I’m not jumping through hoops when I’m not doing anything wrong. SPF, DMARC, DKIM, IP address not on a blacklist, and I send zero spam. Only human-written client communications 1:1.

So, my clients with hotmail.com addresses don’t get emails from me. I can call them, they can call me.

danayfm 9 hours ago||
I was getting spam called constantly every 5 minutes (blocked by Google call screening) and the attackers made an error if sending a message with their AWS bucket url. I was able to submit an abuse report to Amazon and puff Amazon dismantled the entire spam group. No more spam since then.

Maybe try saying the spam has porn or inappropriate images?

cpncrunch 12 hours ago||
gmail, outlook and salesforce create about 90% of the spam that gets through blacklists. Salesforce is simple to fix: I just block anything from salesforce from our network, as it just seems to be 100% used by spammers. Gmail and outlook are the major problem, as there is no way of addressing their spam issue.
nwellnhof 10 hours ago||
In my experience, everyone got their act together except Google.
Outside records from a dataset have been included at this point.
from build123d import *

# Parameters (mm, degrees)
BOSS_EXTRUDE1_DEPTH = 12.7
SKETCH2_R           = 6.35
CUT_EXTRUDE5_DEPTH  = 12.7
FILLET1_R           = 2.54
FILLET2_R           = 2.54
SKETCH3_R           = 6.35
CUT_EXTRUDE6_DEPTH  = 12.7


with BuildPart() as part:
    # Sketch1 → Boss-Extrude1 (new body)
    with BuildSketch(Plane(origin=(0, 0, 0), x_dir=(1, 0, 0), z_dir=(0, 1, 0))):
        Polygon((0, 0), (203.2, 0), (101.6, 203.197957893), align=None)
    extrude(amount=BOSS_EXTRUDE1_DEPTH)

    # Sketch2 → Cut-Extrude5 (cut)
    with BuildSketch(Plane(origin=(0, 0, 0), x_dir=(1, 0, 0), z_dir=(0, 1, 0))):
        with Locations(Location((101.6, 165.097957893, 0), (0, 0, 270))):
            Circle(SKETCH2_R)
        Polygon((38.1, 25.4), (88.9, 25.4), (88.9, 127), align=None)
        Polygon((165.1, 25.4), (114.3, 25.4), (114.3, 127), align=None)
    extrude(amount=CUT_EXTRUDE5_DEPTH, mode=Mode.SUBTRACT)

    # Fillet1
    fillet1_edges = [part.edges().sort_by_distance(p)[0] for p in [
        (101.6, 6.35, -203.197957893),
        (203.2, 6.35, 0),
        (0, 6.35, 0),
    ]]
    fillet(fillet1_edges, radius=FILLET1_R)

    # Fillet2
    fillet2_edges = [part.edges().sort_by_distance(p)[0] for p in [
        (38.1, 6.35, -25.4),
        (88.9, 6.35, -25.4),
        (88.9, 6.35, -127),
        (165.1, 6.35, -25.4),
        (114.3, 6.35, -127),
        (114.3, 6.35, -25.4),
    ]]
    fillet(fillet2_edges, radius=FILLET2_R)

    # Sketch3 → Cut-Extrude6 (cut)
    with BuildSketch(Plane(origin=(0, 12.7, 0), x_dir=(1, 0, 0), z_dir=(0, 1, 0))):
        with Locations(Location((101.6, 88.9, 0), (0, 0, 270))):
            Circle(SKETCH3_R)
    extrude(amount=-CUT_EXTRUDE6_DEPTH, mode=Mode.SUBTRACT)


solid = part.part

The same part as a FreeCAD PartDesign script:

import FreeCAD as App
import Part
import Sketcher
from FreeCAD import Vector
Q = App.Units.Quantity


def edges_at(feature, points):
    """Names of the edges that pass closest to the given points."""
    edges = feature.Shape.Edges
    near = lambda p: min(range(len(edges)), key=lambda i: edges[i].distToShape(Part.Vertex(*p))[0])
    return sorted({f"Edge{near(p) + 1}" for p in points})

doc = App.newDocument("Part")
body = doc.addObject("PartDesign::Body", "Body")

# Sketch on XZ plane
sketch1 = doc.addObject("Sketcher::SketchObject", "Sketch")
body.addObject(sketch1)
sketch1.AttachmentSupport = (doc.XZ_Plane, [""])
sketch1.MapMode = "FlatFace"
sketch1.addGeometry([
    Part.LineSegment(Vector(0, 0, 0), Vector(203, 0, 0)),
    Part.LineSegment(Vector(203, 0, 0), Vector(102, -203, 0)),
    Part.LineSegment(Vector(102, -203, 0), Vector(0, 0, 0)),
], False)
sketch1.addConstraint([
    Sketcher.Constraint("Coincident", 0, 2, 1, 1),
    Sketcher.Constraint("Coincident", 1, 2, 2, 1),
    Sketcher.Constraint("Coincident", 2, 2, 0, 1),
    Sketcher.Constraint("Horizontal", 0),
    Sketcher.Constraint("Coincident", 2, 2, -1, 1),
    Sketcher.Constraint("Equal", 1, 2),
    Sketcher.Constraint("DistanceX", 0, 1, 0, 2, Q("8 in")),
    Sketcher.Constraint("Distance", 1, Q("8.9442 in")),
])
pad1 = doc.addObject("PartDesign::Pad", "Pad")
body.addObject(pad1)
pad1.Profile = sketch1
pad1.Length = Q("0.5 in")
pad1.Reversed = True

# Sketch on XZ plane
sketch2 = doc.addObject("Sketcher::SketchObject", "Sketch001")
body.addObject(sketch2)
sketch2.AttachmentSupport = (doc.XZ_Plane, [""])
sketch2.MapMode = "FlatFace"
sketch2.addGeometry([
    Part.Circle(Vector(102, -165, 0), Vector(0, 0, 1), 6),  # 0
    Part.LineSegment(Vector(38, -25, 0), Vector(89, -25, 0)),  # 1
    Part.LineSegment(Vector(89, -25, 0), Vector(89, -127, 0)),  # 2
    Part.LineSegment(Vector(89, -127, 0), Vector(38, -25, 0)),  # 3
    Part.LineSegment(Vector(114, -25, 0), Vector(165, -25, 0)),  # 4
    Part.LineSegment(Vector(165, -25, 0), Vector(114, -127, 0)),  # 5
    Part.LineSegment(Vector(114, -127, 0), Vector(114, -25, 0)),  # 6
], False)
sketch2.addConstraint([
    Sketcher.Constraint("Coincident", 1, 2, 2, 1),
    Sketcher.Constraint("Coincident", 2, 2, 3, 1),
    Sketcher.Constraint("Coincident", 3, 2, 1, 1),
    Sketcher.Constraint("Coincident", 4, 2, 5, 1),
    Sketcher.Constraint("Coincident", 5, 2, 6, 1),
    Sketcher.Constraint("Coincident", 6, 2, 4, 1),
    Sketcher.Constraint("Horizontal", 1),
    Sketcher.Constraint("Vertical", 2),
    Sketcher.Constraint("Horizontal", 4),
    Sketcher.Constraint("Vertical", 6),
    Sketcher.Constraint("Horizontal", 3, 2, 4, 2),
    Sketcher.Constraint("Horizontal", 2, 2, 5, 2),
    Sketcher.Constraint("Equal", 1, 4),
    Sketcher.Constraint("Diameter", 0, Q("0.5 in")),
    Sketcher.Constraint("DistanceX", 1, 1, 1, 2, Q("2 in")),
    Sketcher.Constraint("DistanceY", 2, 2, 2, 1, Q("4 in")),
    Sketcher.Constraint("DistanceX", -1, 1, 0, 3, Q("4 in")),
    Sketcher.Constraint("DistanceY", 1, 2, -1, 1, Q("1 in")),
    Sketcher.Constraint("DistanceX", 1, 2, 4, 2, Q("3 in")),
    Sketcher.Constraint("DistanceX", -1, 1, 1, 2, Q("3.5 in")),
    Sketcher.Constraint("DistanceY", 0, 3, -1, 1, Q("165.097958 mm")),
])
pocket1 = doc.addObject("PartDesign::Pocket", "Pocket")
body.addObject(pocket1)
pocket1.Profile = sketch2
pocket1.Length = Q("0.5 in")
doc.recompute()

fillet = doc.addObject("PartDesign::Fillet", "Fillet")
body.addObject(fillet)
fillet.Base = (pocket1, edges_at(pocket1, [(101.6, 6.35, -203.198), (203.2, 6.35, 0), (0, 6.35, 0)]))
fillet.Radius = Q("0.1 in")
doc.recompute()

fillet2 = doc.addObject("PartDesign::Fillet", "Fillet001")
body.addObject(fillet2)
fillet2.Base = (fillet, edges_at(fillet, [
    (38.1, 6.35, -25.4),
    (88.9, 6.35, -25.4),
    (88.9, 6.35, -127),
    (165.1, 6.35, -25.4),
    (114.3, 6.35, -127),
    (114.3, 6.35, -25.4),
]))
fillet2.Radius = Q("0.1 in")

# Sketch on XZ plane
sketch3 = doc.addObject("Sketcher::SketchObject", "Sketch002")
body.addObject(sketch3)
sketch3.AttachmentSupport = (doc.XZ_Plane, [""])
sketch3.MapMode = "FlatFace"
sketch3.AttachmentOffset = App.Placement(Vector(0, 0, -0.5 * 25.4), App.Rotation())
sketch3.addGeometry(Part.Circle(Vector(102, -89, 0), Vector(0, 0, 1), 6), False)
sketch3.addConstraint([
    Sketcher.Constraint("Diameter", 0, Q("0.5 in")),
    Sketcher.Constraint("DistanceX", -1, 1, 0, 3, Q("4 in")),
    Sketcher.Constraint("DistanceY", 0, 3, -1, 1, Q("3.5 in")),
])
pocket2 = doc.addObject("PartDesign::Pocket", "Pocket001")
body.addObject(pocket2)
pocket2.Profile = sketch3
pocket2.Length = Q("0.5 in")
pocket2.Reversed = True

doc.recompute()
I also used to receive massive amounts of spam from Azure and Sendgrid but this eventually stopped. Now 80% of the spam I receive is from the Google network, mainly Google Cloud.
GoblinSlayer 6 hours ago|||
You mean you receive unsigned email from a VPS in Google Cloud?
throwaway290 10 hours ago||||
> In my experience, everyone got their act together except Google.

I remember a bunch of spam and fishing emails from weird Outlook addresses. Don't remember any from Google.

walletdrainer 10 hours ago|||
Why do you interpret that as everyone except Google getting their act together?

The obvious (and correct) explanation is deliverability. Spammers send from Google services because they can inbox, they don’t send from other services because those services will not inbox successfully.

cpncrunch 10 hours ago||
For me outlook is just as bad as google in terms of the spam that gets through my spam filters, as neither of them care much about abuse reports.
ceejayoz 9 hours ago|||
Yeah, Salesforce clearly has some kind of whitelisting at Gmail. I get so much nonsense from that domain.
Washuu 11 hours ago||
Add Mailchimp in there as well. I have never gotten an email from someone using Mailchimp that was not spam.
cpncrunch 11 hours ago||
Although they does have proper abuse policies and do take action against spammers. I don't get any spam from them (except perhaps the very occasional one), and I know businesses that use mailchimp and similar services for valid marketing (to previous customers). Just looking through my received mailbox, I see many legitimate emails from mailchimp.

I'm not denying that they are sometimes used by spammers, but they are definitely a legitimate operation that takes action against spammers if you report them.

monegator 12 hours ago||
Unfortunately, the only thing that would work is to hire a bot service that would report the offending account en masse.
dev_l1x_be 4 hours ago|
Google took over email when they reject legitimate emails sent by small email vendors and at the same time sending this much spam.